Transcribe, word for word and without additions, each line below from the one containing "#454=AXIS2_PLACEMENT_3D('',#447,#53,#68);" through the one containing "#469=AXIS2_PLACEMENT_3D('',#459,#39,#24);", both ends included.

○ ○ ○ ○ ○

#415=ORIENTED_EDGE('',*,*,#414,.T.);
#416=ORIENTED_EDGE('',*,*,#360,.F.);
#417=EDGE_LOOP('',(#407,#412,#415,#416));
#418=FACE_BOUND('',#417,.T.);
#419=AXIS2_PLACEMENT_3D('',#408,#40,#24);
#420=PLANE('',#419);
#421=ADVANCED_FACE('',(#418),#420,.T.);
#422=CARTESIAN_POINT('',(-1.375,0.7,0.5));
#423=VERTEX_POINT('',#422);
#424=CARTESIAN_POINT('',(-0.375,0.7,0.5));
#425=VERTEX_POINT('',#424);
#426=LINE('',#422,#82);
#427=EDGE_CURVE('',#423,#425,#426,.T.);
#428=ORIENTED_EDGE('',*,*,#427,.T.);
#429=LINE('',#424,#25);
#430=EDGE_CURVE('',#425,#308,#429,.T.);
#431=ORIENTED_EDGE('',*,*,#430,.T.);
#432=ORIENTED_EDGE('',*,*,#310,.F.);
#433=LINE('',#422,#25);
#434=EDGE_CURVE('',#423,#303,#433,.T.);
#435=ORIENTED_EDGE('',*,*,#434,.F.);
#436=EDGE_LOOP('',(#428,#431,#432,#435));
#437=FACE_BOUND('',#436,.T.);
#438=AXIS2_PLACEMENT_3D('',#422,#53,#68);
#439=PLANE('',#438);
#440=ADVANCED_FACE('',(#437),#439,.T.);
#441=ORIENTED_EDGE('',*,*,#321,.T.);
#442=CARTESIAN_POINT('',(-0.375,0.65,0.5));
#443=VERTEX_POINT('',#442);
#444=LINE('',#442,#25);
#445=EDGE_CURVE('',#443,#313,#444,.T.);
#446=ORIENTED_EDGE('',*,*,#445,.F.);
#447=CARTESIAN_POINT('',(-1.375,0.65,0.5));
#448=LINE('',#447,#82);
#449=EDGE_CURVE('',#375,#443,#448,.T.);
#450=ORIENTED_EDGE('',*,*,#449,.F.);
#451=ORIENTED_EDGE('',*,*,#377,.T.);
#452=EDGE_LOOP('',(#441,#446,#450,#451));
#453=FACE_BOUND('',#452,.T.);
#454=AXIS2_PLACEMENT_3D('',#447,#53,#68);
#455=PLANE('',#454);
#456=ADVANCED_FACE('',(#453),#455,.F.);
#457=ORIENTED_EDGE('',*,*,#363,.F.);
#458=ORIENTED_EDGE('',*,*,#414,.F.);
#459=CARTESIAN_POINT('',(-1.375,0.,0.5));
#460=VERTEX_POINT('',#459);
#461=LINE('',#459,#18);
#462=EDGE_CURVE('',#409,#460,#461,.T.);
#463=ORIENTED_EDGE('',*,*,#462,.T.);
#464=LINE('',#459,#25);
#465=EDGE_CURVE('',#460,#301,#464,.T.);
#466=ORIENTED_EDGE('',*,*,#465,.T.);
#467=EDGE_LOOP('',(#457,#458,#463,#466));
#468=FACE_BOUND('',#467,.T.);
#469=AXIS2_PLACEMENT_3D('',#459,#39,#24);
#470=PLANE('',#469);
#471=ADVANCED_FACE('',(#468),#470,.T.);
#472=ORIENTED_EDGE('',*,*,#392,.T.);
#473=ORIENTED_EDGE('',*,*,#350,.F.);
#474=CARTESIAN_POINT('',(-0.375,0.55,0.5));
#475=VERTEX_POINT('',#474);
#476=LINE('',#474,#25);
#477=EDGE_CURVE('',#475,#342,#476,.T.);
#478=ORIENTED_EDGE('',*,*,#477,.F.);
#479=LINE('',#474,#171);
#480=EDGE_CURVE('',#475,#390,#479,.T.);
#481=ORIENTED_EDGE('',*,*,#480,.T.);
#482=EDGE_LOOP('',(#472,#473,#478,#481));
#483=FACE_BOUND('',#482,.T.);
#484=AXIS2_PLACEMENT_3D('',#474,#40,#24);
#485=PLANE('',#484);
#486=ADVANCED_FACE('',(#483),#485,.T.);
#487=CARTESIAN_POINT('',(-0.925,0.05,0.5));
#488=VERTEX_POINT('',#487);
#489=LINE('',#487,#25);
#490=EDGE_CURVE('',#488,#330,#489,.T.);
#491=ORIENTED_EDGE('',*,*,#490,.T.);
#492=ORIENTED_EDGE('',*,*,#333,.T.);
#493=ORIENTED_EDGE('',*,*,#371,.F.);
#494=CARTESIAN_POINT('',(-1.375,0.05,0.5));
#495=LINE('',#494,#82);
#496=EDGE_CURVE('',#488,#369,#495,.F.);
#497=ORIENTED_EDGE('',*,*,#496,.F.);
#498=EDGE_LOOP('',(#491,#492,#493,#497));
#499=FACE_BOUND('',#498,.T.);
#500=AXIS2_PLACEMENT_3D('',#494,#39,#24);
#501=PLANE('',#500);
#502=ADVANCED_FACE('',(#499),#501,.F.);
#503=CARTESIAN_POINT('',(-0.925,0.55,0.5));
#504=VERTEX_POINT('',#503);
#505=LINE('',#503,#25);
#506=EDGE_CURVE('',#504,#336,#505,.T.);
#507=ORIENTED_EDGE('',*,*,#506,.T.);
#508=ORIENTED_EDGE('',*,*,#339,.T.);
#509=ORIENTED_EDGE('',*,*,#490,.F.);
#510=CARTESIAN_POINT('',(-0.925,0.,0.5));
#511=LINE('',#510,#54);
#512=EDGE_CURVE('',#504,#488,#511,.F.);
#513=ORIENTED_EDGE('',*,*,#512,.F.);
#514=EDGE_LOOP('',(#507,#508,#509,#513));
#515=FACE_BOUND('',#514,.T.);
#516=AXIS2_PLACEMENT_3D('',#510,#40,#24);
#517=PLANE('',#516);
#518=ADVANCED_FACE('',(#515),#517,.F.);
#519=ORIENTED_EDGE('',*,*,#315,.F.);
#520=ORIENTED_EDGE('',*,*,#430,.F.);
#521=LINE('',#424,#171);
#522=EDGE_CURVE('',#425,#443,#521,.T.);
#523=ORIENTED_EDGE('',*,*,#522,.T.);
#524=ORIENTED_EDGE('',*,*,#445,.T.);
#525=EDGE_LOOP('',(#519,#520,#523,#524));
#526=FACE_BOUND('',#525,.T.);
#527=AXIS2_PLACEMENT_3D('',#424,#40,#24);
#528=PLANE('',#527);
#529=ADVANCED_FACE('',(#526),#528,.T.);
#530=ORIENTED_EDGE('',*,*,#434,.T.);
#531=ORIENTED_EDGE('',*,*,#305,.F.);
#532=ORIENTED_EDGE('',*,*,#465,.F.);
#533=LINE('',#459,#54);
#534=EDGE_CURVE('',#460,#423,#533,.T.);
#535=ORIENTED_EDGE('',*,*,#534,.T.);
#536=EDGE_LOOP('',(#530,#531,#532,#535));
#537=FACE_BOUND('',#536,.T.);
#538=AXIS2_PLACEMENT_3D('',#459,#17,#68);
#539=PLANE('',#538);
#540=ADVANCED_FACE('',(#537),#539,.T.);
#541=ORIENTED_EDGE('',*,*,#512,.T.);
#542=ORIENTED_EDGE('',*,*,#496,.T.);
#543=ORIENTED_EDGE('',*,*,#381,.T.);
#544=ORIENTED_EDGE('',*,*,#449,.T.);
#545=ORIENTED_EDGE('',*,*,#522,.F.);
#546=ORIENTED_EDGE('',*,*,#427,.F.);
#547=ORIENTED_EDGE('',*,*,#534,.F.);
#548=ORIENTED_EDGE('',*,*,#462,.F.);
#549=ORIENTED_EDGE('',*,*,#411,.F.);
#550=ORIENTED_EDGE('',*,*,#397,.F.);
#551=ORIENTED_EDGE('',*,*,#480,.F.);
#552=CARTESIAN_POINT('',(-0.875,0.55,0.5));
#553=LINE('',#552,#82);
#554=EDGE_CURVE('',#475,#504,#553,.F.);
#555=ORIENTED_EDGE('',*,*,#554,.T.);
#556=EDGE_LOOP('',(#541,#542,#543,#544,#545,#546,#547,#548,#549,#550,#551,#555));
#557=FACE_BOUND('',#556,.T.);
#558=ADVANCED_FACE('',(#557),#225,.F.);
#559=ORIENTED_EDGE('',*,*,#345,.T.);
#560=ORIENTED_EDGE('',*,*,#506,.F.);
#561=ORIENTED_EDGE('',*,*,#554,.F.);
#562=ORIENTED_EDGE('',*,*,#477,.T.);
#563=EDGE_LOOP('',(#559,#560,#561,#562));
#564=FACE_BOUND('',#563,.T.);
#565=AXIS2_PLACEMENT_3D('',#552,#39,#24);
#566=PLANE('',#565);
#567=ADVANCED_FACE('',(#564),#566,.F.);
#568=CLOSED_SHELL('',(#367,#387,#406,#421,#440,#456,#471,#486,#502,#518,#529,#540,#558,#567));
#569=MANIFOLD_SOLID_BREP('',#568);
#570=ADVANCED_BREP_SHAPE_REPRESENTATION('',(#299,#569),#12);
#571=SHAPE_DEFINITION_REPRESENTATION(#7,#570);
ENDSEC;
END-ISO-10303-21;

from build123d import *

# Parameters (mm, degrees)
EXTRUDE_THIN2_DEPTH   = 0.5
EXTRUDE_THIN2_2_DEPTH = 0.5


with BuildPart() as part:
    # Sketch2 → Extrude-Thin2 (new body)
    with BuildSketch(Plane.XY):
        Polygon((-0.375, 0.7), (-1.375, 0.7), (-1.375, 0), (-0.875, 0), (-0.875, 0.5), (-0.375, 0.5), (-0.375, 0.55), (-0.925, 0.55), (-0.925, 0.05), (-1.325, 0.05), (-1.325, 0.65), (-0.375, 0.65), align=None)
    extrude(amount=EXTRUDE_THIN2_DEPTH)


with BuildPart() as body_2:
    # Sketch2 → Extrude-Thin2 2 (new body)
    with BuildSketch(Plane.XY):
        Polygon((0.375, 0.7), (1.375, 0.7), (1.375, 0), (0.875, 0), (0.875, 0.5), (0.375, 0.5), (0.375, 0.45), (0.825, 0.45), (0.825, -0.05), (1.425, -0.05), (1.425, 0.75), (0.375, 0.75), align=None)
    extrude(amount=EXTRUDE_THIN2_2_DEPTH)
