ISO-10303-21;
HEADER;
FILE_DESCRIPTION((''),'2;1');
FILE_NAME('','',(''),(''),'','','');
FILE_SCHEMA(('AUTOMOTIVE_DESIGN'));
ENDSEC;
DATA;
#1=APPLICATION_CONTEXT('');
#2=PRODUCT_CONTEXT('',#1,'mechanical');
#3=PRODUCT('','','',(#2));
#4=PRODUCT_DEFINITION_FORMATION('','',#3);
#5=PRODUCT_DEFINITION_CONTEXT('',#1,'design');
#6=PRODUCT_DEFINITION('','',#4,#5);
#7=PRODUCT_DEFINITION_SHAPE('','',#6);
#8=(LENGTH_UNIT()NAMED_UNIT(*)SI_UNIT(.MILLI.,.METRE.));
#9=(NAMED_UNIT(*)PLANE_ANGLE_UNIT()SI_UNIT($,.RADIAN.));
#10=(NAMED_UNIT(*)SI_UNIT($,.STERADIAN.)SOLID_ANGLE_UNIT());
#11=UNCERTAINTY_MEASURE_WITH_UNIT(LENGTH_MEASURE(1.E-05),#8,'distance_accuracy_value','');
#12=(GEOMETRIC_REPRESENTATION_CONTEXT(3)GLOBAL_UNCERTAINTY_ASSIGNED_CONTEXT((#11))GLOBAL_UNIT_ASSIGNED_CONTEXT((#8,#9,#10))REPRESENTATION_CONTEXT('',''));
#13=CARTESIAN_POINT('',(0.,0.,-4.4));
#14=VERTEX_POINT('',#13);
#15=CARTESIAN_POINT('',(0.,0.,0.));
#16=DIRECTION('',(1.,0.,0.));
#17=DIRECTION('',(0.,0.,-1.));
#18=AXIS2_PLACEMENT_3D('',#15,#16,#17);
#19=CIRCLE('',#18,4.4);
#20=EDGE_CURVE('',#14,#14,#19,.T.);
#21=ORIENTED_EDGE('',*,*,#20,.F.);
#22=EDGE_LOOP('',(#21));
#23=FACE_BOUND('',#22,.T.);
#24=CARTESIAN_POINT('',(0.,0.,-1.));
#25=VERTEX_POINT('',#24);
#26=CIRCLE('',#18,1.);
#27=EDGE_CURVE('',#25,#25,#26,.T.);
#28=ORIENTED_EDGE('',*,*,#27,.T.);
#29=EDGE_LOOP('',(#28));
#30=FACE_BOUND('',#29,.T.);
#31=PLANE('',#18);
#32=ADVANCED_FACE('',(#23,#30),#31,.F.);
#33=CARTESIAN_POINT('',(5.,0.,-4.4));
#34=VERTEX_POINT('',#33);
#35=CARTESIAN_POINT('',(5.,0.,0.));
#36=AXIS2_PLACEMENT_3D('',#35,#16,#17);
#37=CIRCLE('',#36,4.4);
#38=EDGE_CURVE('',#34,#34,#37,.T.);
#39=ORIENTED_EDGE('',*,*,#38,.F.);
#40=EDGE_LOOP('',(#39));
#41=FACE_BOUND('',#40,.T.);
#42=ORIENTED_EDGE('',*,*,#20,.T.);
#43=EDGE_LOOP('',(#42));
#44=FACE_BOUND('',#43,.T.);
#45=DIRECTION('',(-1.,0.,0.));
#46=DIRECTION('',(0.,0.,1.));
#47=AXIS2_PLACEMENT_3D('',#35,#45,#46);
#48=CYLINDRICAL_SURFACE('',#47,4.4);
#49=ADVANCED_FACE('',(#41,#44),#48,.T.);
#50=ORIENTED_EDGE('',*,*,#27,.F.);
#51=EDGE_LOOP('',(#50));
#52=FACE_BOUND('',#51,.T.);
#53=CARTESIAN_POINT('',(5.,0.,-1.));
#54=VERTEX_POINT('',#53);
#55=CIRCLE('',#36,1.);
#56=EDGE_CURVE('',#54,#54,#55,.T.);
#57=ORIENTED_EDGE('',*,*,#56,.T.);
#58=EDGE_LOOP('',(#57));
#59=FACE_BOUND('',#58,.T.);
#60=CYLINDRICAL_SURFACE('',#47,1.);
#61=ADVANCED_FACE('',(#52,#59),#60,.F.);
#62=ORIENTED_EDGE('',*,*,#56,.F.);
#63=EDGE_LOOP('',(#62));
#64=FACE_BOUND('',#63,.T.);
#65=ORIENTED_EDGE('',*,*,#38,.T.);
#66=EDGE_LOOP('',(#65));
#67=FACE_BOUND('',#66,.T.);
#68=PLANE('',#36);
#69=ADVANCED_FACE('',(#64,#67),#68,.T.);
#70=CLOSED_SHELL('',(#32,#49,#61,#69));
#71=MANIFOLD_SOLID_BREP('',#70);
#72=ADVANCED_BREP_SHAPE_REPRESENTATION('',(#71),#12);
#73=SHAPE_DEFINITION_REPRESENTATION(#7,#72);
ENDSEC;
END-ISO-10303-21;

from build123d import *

# Parameters (mm, degrees)
SKETCH_1_R      = 4.4
SKETCH_1_R_2    = 1
EXTRUDE_1_DEPTH = 5


with BuildPart() as part:
    # Эскиз1 → Бобышка-Вытянуть1 (new body)
    with BuildSketch(Plane(origin=(0, 0, 0), x_dir=(0, 0, -1), z_dir=(1, 0, 0))):
        Circle(SKETCH_1_R)
        Circle(SKETCH_1_R_2, mode=Mode.SUBTRACT)
    extrude(amount=EXTRUDE_1_DEPTH)


solid = part.part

○ ○ ○ ○ ○

• [Exercise answer]:
#454=AXIS2_PLACEMENT_3D('',#447,#53,#68);
#455=PLANE('',#454);
#456=ADVANCED_FACE('',(#453),#455,.F.);
#457=ORIENTED_EDGE('',*,*,#363,.F.);
#458=ORIENTED_EDGE('',*,*,#414,.F.);
#459=CARTESIAN_POINT('',(-1.375,0.,0.5));
#460=VERTEX_POINT('',#459);
#461=LINE('',#459,#18);
#462=EDGE_CURVE('',#409,#460,#461,.T.);
#463=ORIENTED_EDGE('',*,*,#462,.T.);
#464=LINE('',#459,#25);
#465=EDGE_CURVE('',#460,#301,#464,.T.);
#466=ORIENTED_EDGE('',*,*,#465,.T.);
#467=EDGE_LOOP('',(#457,#458,#463,#466));
#468=FACE_BOUND('',#467,.T.);
#469=AXIS2_PLACEMENT_3D('',#459,#39,#24);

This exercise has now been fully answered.